In a recent study posted to the medRxiv* preprint server, researchers evaluated antibody responses to severe acute respiratory syndrome coronavirus 2 (SARS-CoV-2) variants in children.
Study: Comparison of antibody responses to SARS-CoV-2 variants in Australian children. Image Credit: maxbelchenko/Shutterstock
This news article was a review of a preliminary scientific report that had not undergone peer-review at the time of publication. Since its initial publication, the scientific report has now been peer reviewed and accepted for publication in a Scientific Journal. Links to the preliminary and peer-reviewed reports are available in the Sources section at the bottom of this article. View Sources
Background
Studies have reported that children have been less prone to infection by the SARS-CoV-2 Wuhan strain than adults. However, the emergence of mutant variants and higher vaccination rates in adults than children have resulted in an increased incidence of coronavirus disease 2019 (COVID-19) in the pediatric population.

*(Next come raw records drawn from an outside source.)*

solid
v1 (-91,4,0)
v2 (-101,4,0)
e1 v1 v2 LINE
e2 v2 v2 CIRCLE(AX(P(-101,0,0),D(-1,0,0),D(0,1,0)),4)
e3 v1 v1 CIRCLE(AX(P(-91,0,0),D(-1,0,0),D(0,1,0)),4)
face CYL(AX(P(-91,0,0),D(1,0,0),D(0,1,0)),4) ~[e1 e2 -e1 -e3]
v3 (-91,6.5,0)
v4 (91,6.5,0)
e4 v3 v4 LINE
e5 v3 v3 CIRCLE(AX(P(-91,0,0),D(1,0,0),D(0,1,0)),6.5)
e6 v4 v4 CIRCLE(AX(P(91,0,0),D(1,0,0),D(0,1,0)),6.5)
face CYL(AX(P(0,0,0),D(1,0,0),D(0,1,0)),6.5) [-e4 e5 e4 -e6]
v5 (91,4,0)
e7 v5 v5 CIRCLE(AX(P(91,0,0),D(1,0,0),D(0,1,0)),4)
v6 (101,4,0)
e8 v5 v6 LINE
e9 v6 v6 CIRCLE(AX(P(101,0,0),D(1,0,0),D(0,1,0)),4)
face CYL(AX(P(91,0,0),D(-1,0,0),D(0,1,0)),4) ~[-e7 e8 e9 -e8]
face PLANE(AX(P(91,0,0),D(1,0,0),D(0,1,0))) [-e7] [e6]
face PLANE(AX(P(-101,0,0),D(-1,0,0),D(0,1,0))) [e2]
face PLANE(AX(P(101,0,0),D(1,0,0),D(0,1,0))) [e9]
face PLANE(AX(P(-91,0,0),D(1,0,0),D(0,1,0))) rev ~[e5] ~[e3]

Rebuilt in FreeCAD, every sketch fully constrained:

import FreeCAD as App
import Part
import Sketcher

doc = App.newDocument("Part")
params = doc.addObject("Spreadsheet::Sheet", "Params")
for row, (alias, value) in enumerate([
    ("sketch1_diameter", "13 mm"),
    ("pad1_length", "182 mm"),
    ("sketch2_diameter", "8 mm"),
    ("pad2_length", "10 mm"),
    ("sketch3_diameter", "8 mm"),
    ("pad3_length", "10 mm"),
], start=1):
    params.set(f"A{row}", alias)
    params.set(f"B{row}", "=" + value)
    params.setAlias(f"B{row}", alias)

body = doc.addObject("PartDesign::Body", "Body")

sketch1 = doc.addObject("Sketcher::SketchObject", "Sketch")
body.addObject(sketch1)
sketch1.AttachmentSupport = (doc.YZ_Plane, [""])
sketch1.MapMode = "FlatFace"
sketch1.addGeometry(Part.Circle(App.Vector(0, 0, 0), App.Vector(0, 0, 1), 6), False)
sketch1.addConstraint(Sketcher.Constraint("Coincident", 0, 3, -1, 1))
sketch1.addConstraint(Sketcher.Constraint("Diameter", 0, 13.0))
sketch1.setExpression("Constraints[1]", "Params.sketch1_diameter")
pad1 = doc.addObject("PartDesign::Pad", "Pad")
body.addObject(pad1)
pad1.Profile = sketch1
pad1.setExpression("Length", "Params.pad1_length")
pad1.Midplane = True

sketch2 = doc.addObject("Sketcher::SketchObject", "Sketch001")
body.addObject(sketch2)
sketch2.AttachmentSupport = (doc.YZ_Plane, [""])
sketch2.MapMode = "FlatFace"
sketch2.AttachmentOffset = App.Placement(App.Vector(0, 0, 91), App.Rotation())
sketch2.addGeometry(Part.Circle(App.Vector(0, 0, 0), App.Vector(0, 0, 1), 4), False)
sketch2.addConstraint(Sketcher.Constraint("Coincident", 0, 3, -1, 1))
sketch2.addConstraint(Sketcher.Constraint("Diameter", 0, 8.0))
sketch2.setExpression("Constraints[1]", "Params.sketch2_diameter")
pad2 = doc.addObject("PartDesign::Pad", "Pad001")
body.addObject(pad2)
pad2.Profile = sketch2
pad2.setExpression("Length", "Params.pad2_length")

sketch3 = doc.addObject("Sketcher::SketchObject", "Sketch002")
body.addObject(sketch3)
sketch3.AttachmentSupport = (doc.YZ_Plane, [""])
sketch3.MapMode = "FlatFace"
sketch3.AttachmentOffset = App.Placement(App.Vector(0, 0, -91), App.Rotation())
sketch3.addGeometry(Part.Circle(App.Vector(0, 0, 0), App.Vector(0, 0, 1), 4), False)
sketch3.addConstraint(Sketcher.Constraint("Coincident", 0, 3, -1, 1))
sketch3.addConstraint(Sketcher.Constraint("Diameter", 0, 8.0))
sketch3.setExpression("Constraints[1]", "Params.sketch3_diameter")
pad3 = doc.addObject("PartDesign::Pad", "Pad002")
body.addObject(pad3)
pad3.Profile = sketch3
pad3.setExpression("Length", "Params.pad3_length")
pad3.Reversed = True

doc.recompute()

Australia has witnessed three waves of SARS-CoV-2 infections, driven by the ancestral strain, Delta, and Omicron variants. Estimates indicate that 40.6% of children aged 5 – 11 were double vaccinated in Australia until August 2022. SARS-CoV-2 Omicron causes less severe disease than the Delta variant in children and adults.

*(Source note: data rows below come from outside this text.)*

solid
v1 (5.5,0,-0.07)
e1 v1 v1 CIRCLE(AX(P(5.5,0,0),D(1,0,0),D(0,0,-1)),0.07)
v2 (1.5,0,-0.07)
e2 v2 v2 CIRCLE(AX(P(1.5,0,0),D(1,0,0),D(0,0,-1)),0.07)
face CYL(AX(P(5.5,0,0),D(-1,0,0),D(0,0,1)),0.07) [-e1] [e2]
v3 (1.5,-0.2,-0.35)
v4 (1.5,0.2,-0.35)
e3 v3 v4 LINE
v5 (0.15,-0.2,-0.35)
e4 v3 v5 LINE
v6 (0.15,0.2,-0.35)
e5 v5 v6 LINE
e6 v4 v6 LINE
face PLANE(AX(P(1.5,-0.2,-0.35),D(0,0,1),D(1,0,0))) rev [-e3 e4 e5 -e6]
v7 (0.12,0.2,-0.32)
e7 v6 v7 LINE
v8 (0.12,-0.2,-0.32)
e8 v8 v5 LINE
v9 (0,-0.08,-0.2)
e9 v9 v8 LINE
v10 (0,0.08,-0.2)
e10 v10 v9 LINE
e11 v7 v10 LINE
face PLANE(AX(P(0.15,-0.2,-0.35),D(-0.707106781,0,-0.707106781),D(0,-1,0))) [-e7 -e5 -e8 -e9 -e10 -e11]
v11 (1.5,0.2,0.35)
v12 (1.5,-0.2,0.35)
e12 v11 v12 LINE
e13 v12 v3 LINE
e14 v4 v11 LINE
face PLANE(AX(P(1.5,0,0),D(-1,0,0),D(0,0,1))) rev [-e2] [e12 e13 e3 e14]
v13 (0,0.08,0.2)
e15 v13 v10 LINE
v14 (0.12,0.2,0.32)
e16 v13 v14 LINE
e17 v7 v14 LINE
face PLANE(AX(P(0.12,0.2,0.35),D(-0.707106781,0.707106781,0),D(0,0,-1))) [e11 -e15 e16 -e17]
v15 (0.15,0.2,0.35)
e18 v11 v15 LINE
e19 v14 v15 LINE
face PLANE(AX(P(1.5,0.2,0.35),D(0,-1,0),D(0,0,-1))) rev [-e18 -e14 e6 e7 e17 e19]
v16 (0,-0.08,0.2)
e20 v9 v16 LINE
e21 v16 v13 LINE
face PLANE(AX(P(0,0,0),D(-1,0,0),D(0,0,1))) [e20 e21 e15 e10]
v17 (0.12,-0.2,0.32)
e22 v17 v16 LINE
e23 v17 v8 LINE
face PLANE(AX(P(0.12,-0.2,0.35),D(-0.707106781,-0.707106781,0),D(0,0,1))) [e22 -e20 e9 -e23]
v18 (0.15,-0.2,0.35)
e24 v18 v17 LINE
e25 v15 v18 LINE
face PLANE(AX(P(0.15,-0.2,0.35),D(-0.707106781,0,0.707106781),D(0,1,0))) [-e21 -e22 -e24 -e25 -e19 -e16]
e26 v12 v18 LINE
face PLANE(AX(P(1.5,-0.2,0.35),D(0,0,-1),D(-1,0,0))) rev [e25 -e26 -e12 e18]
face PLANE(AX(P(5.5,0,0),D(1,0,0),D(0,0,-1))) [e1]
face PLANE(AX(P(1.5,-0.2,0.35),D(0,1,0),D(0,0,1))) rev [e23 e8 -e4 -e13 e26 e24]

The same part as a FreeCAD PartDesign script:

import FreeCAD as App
import Part
import Sketcher


def edges_at(feature, points):
    """Names of the edges that pass closest to the given points."""
    edges = feature.Shape.Edges
    near = lambda p: min(range(len(edges)), key=lambda i: edges[i].distToShape(Part.Vertex(*p))[0])
    return sorted({f"Edge{near(p) + 1}" for p in points})

doc = App.newDocument("Part")
body = doc.addObject("PartDesign::Body", "Body")

# Sketch on YZ plane
sketch1 = body.newObject("Sketcher::SketchObject", "Sketch")
sketch1.AttachmentSupport = (doc.getObject("YZ_Plane"), [""])
sketch1.MapMode = "FlatFace"
sketch1.addGeometry(Part.LineSegment(App.Vector(0.2, 0.35, 0), App.Vector(-0.2, 0.35, 0)), False)
sketch1.addGeometry(Part.LineSegment(App.Vector(-0.2, 0.35, 0), App.Vector(-0.2, -0.35, 0)), False)
sketch1.addGeometry(Part.LineSegment(App.Vector(-0.2, -0.35, 0), App.Vector(0.2, -0.35, 0)), False)
sketch1.addGeometry(Part.LineSegment(App.Vector(0.2, -0.35, 0), App.Vector(0.2, 0.35, 0)), False)
sketch1.addConstraint(Sketcher.Constraint("Coincident", 0, 2, 1, 1))
sketch1.addConstraint(Sketcher.Constraint("Coincident", 1, 2, 2, 1))
sketch1.addConstraint(Sketcher.Constraint("Coincident", 2, 2, 3, 1))
sketch1.addConstraint(Sketcher.Constraint("Coincident", 3, 2, 0, 1))
sketch1.addConstraint(Sketcher.Constraint("Horizontal", 0))
sketch1.addConstraint(Sketcher.Constraint("Vertical", 1))
sketch1.addConstraint(Sketcher.Constraint("Horizontal", 2))
sketch1.addConstraint(Sketcher.Constraint("Vertical", 3))
sketch1.addConstraint(Sketcher.Constraint("Symmetric", 0, 2, 2, 2, -1, 1))
sketch1.addConstraint(Sketcher.Constraint("DistanceX", 0, 2, 0, 1, 0.4))
sketch1.addConstraint(Sketcher.Constraint("DistanceY", 1, 2, 1, 1, 0.7))
pad1 = body.newObject("PartDesign::Pad", "Pad")
pad1.Profile = sketch1
pad1.Length = 1.5

# Sketch on YZ plane
sketch2 = body.newObject("Sketcher::SketchObject", "Sketch001")
sketch2.AttachmentSupport = (doc.getObject("YZ_Plane"), [""])
sketch2.MapMode = "FlatFace"
sketch2.AttachmentOffset = App.Placement(App.Vector(0, 0, 1.5), App.Rotation())
sketch2.addGeometry(Part.Circle(App.Vector(0, 0, 0), App.Vector(0, 0, 1), 0.07), False)
sketch2.addConstraint(Sketcher.Constraint("Coincident", 0, 3, -1, 1))
sketch2.addConstraint(Sketcher.Constraint("Diameter", 0, 0.14))
pad2 = body.newObject("PartDesign::Pad", "Pad001")
pad2.Profile = sketch2
pad2.Length = 4
doc.recompute()

chamfer = body.newObject("PartDesign::Chamfer", "Chamfer")
chamfer.Base = (pad2, edges_at(pad2, [(0, -0.2, 0), (0, 0.2, 0)]))
chamfer.Size = 0.12
doc.recompute()

chamfer2 = body.newObject("PartDesign::Chamfer", "Chamfer001")
chamfer2.Base = (chamfer, edges_at(chamfer, [(0, 0, 0.35), (0, 0, -0.35)]))
chamfer2.Size = 0.15

doc.recompute()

Several reports suggest that adults mount a robust Omicron-specific humoral response, but there is a paucity of data in children. Previously, the authors reported that 37.6% of children infected with ancestral SARS-CoV-2 had seroconverted, compared to 76.2% of adults. As such, it remains to be investigated whether such a trend occurs in children after infection with Delta or Omicron variants.
The study and findings
The present study evaluated seroconversion rates and antibody responses in Australian children during the three COVID-19 waves. Suspected COVID-19 cases and their household members were tested by reverse-transcription polymerase chain reaction (RT-PCR) or rapid antigen tests (RAT). Confirmed cases and household members participated in the household cohort study.

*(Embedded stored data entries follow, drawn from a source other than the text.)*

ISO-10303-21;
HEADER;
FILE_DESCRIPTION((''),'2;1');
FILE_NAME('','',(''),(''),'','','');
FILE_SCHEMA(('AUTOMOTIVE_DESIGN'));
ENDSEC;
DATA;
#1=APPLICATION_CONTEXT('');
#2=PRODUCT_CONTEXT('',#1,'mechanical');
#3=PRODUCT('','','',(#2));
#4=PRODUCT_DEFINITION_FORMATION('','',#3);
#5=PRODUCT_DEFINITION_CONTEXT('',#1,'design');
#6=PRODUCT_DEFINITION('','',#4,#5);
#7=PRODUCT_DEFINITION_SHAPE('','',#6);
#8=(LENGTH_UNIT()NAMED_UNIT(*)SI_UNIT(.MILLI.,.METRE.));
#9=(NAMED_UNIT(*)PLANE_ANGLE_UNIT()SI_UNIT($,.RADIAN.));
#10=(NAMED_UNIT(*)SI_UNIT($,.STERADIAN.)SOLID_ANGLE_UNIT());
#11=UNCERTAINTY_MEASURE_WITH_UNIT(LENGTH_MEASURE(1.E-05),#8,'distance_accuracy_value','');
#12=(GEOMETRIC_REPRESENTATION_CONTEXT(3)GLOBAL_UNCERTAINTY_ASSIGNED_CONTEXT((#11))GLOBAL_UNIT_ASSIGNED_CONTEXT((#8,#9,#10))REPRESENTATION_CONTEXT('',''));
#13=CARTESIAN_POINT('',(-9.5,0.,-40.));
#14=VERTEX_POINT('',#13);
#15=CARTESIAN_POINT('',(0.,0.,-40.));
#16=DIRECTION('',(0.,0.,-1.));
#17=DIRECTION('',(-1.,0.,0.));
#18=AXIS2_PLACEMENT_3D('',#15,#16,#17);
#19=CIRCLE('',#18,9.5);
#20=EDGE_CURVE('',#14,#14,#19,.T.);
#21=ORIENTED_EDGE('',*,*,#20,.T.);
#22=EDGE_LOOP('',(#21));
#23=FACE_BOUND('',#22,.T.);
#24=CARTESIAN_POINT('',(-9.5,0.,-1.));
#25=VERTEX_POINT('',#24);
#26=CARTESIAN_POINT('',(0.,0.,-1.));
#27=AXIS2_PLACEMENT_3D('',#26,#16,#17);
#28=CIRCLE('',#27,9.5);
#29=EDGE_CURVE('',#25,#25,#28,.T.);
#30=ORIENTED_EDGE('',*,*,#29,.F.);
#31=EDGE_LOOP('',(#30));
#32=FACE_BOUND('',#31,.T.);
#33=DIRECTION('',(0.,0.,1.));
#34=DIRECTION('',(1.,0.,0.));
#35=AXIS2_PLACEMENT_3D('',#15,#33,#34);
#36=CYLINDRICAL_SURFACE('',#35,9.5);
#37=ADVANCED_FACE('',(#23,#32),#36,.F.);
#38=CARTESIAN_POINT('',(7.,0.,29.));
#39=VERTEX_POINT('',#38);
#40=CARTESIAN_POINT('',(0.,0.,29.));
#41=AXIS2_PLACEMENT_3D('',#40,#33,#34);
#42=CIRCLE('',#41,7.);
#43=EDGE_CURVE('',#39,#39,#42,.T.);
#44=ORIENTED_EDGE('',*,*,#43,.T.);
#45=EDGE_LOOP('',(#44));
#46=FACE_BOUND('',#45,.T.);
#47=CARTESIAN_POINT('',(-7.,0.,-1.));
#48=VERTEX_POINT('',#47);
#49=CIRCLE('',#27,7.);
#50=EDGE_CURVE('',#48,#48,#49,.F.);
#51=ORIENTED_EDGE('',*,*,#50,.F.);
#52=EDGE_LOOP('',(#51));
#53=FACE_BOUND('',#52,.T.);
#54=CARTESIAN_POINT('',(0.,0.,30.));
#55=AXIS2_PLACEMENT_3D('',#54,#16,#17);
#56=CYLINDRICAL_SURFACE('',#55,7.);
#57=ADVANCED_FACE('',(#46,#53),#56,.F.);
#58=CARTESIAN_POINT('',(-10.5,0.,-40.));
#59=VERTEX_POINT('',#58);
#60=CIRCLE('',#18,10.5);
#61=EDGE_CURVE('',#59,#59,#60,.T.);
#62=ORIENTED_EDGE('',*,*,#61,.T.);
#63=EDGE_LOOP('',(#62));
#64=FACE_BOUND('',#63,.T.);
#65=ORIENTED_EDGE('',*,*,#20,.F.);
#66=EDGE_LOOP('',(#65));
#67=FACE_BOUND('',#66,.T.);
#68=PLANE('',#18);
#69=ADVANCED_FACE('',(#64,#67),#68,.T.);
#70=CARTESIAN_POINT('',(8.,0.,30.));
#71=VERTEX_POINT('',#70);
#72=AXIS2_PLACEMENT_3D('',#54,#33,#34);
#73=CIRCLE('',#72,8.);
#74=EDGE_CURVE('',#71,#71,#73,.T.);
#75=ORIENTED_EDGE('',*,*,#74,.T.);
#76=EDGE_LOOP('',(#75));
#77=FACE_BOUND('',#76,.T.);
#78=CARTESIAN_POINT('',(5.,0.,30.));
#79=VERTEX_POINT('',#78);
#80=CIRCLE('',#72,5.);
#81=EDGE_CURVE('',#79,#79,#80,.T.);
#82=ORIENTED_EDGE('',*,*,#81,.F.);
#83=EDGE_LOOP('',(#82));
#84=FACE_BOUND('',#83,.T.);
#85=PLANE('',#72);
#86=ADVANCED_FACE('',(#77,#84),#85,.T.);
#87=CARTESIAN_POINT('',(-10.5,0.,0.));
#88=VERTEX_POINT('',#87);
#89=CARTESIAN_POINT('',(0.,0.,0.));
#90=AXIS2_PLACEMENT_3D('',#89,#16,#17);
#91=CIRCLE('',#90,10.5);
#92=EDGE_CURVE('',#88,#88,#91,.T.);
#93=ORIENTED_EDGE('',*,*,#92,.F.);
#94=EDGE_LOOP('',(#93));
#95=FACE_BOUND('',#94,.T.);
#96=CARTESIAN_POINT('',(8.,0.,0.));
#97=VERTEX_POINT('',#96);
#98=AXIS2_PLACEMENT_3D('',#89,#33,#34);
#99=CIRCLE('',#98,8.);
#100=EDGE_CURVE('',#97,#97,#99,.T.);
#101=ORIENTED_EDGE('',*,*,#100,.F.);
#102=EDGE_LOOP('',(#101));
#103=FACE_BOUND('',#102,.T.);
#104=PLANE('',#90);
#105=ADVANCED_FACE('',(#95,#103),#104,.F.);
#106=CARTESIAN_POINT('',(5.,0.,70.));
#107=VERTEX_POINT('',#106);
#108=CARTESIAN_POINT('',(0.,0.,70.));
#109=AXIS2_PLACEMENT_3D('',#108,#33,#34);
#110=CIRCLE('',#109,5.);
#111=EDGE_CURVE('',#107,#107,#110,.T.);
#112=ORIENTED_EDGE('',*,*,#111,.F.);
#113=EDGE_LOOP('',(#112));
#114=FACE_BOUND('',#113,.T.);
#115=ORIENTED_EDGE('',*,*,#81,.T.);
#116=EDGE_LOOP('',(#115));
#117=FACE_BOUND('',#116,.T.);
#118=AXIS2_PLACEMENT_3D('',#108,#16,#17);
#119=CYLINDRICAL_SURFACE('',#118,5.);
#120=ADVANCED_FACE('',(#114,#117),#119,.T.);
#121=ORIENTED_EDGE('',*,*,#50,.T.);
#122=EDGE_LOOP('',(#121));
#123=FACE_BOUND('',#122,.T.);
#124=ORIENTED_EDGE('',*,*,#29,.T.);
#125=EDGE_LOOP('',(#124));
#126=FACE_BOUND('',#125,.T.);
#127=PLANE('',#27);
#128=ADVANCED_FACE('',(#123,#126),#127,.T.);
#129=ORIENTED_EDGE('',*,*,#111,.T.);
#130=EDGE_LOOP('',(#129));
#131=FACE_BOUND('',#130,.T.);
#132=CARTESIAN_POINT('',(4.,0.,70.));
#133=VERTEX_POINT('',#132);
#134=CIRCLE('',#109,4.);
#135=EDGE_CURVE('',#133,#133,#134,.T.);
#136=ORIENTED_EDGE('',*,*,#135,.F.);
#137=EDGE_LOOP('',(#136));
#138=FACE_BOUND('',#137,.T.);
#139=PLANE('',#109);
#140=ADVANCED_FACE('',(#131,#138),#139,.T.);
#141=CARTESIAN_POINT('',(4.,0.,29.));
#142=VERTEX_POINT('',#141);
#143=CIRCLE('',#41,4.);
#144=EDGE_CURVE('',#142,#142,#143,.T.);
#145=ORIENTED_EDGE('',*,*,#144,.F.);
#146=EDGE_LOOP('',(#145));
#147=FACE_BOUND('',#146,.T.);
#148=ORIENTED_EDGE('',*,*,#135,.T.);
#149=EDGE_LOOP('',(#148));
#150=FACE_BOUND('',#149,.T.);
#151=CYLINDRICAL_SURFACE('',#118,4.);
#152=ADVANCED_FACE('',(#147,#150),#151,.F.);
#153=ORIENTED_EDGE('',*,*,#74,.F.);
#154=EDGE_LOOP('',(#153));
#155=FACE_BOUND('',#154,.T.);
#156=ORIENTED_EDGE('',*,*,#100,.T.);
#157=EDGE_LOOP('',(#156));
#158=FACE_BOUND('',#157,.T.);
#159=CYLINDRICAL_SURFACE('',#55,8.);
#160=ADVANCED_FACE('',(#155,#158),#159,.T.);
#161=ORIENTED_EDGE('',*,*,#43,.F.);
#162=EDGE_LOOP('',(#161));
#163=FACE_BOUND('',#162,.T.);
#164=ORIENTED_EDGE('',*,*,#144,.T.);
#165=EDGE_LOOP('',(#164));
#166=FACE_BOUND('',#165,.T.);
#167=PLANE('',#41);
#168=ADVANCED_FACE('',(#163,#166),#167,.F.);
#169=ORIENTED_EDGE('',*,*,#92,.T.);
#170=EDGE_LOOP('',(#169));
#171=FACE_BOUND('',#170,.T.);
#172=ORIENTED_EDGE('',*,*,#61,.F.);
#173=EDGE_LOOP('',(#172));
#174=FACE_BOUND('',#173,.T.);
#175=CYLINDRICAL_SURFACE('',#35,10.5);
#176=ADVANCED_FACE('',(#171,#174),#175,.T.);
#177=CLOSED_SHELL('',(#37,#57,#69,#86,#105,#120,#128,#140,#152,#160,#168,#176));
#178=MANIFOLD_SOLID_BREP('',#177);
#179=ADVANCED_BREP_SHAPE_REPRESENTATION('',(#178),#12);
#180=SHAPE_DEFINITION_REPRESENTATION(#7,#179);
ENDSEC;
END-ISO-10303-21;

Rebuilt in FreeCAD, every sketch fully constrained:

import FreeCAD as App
import Part
import Sketcher
from FreeCAD import Vector


def faces_at(feature, points):
    """Names of the faces that lie closest to the given points."""
    faces = feature.Shape.Faces
    near = lambda p: min(range(len(faces)), key=lambda i: faces[i].distToShape(Part.Vertex(*p))[0])
    return sorted({f"Face{near(p) + 1}" for p in points})

doc = App.newDocument("Part")
body = doc.addObject("PartDesign::Body", "Body")

# Sketch on XY plane
sketch1 = body.newObject("Sketcher::SketchObject", "Sketch")
sketch1.AttachmentSupport = (doc.getObject("XY_Plane"), [""])
sketch1.MapMode = "FlatFace"
sketch1.addGeometry(Part.Circle(Vector(0, 0, 0), Vector(0, 0, 1), 8), False)
sketch1.addConstraint([
    Sketcher.Constraint("Coincident", 0, 3, -1, 1),
    Sketcher.Constraint("Diameter", 0, 16.0),
])
pad1 = body.newObject("PartDesign::Pad", "Pad")
pad1.Profile = sketch1
pad1.Length = 30

# Sketch on XY plane
sketch2 = body.newObject("Sketcher::SketchObject", "Sketch001")
sketch2.AttachmentSupport = (doc.getObject("XY_Plane"), [""])
sketch2.MapMode = "FlatFace"
sketch2.AttachmentOffset = App.Placement(Vector(0, 0, 30), App.Rotation())
sketch2.addGeometry(Part.Circle(Vector(0, 0, 0), Vector(0, 0, 1), 5), False)
sketch2.addConstraint([
    Sketcher.Constraint("Coincident", 0, 3, -1, 1),
    Sketcher.Constraint("Diameter", 0, 10.0),
])
pad2 = body.newObject("PartDesign::Pad", "Pad001")
pad2.Profile = sketch2
pad2.Length = 40

# Sketch on XY plane
sketch3 = body.newObject("Sketcher::SketchObject", "Sketch002")
sketch3.AttachmentSupport = (doc.getObject("XY_Plane"), [""])
sketch3.MapMode = "FlatFace"
sketch3.addGeometry(Part.Circle(Vector(0, 0, 0), Vector(0, 0, 1), 10), False)
sketch3.addConstraint([
    Sketcher.Constraint("Coincident", 0, 3, -1, 1),
    Sketcher.Constraint("Diameter", 0, 21.0),
])
pad3 = body.newObject("PartDesign::Pad", "Pad002")
pad3.Profile = sketch3
pad3.Length = 40
pad3.Reversed = True
doc.recompute()

thickness = body.newObject("PartDesign::Thickness", "Thickness")
thickness.Base = (pad3, faces_at(pad3, [(0, 0, 70)]))
thickness.Value = 1
thickness.Reversed = True
thickness.Join = "Intersection"

# Sketch on XY plane
sketch4 = body.newObject("Sketcher::SketchObject", "Sketch003")
sketch4.AttachmentSupport = (doc.getObject("XY_Plane"), [""])
sketch4.MapMode = "FlatFace"
sketch4.AttachmentOffset = App.Placement(Vector(0, 0, -40), App.Rotation())
sketch4.addGeometry(Part.Circle(Vector(0, 0, 0), Vector(0, 0, 1), 10), False)
sketch4.addConstraint([
    Sketcher.Constraint("Coincident", 0, 3, -1, 1),
    Sketcher.Constraint("Diameter", 0, 19.0),
])
pocket1 = body.newObject("PartDesign::Pocket", "Pocket")
pocket1.Profile = sketch4
pocket1.Type = "UpToFirst"
pocket1.Reversed = True

doc.recompute()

The team collected blood samples one month after confirmed PCR or RAT diagnosis. An in-house SARS-CoV-2 S1 enzyme-linked immunosorbent assay (ELISA) and surrogate virus neutralization tests were performed to quantitate immunoglobulin G (IgG) antibodies and neutralizing antibody response against ancestral and variant-specific S1 antigens.
Around 580 children and adults were enrolled from March 2020 to July 2022. Non-vaccinated individuals aged 17 years or younger with a confirmed PCR or RAT result were included in the study. Additionally, partially vaccinated children who experienced a vaccine breakthrough infection were included.
Fifty-six children were infected with the SARS-CoV-2 Wuhan strain, and 21 (37.5%) were seroconverted by 36 days post-infection, whereas all Delta-infected and 13 (81%) Omicron-infected children were seroconverted. The S1-specific IgG to Omicron infection was 7.7- and 9.4-fold lower than the Wuhan strain and Delta infection.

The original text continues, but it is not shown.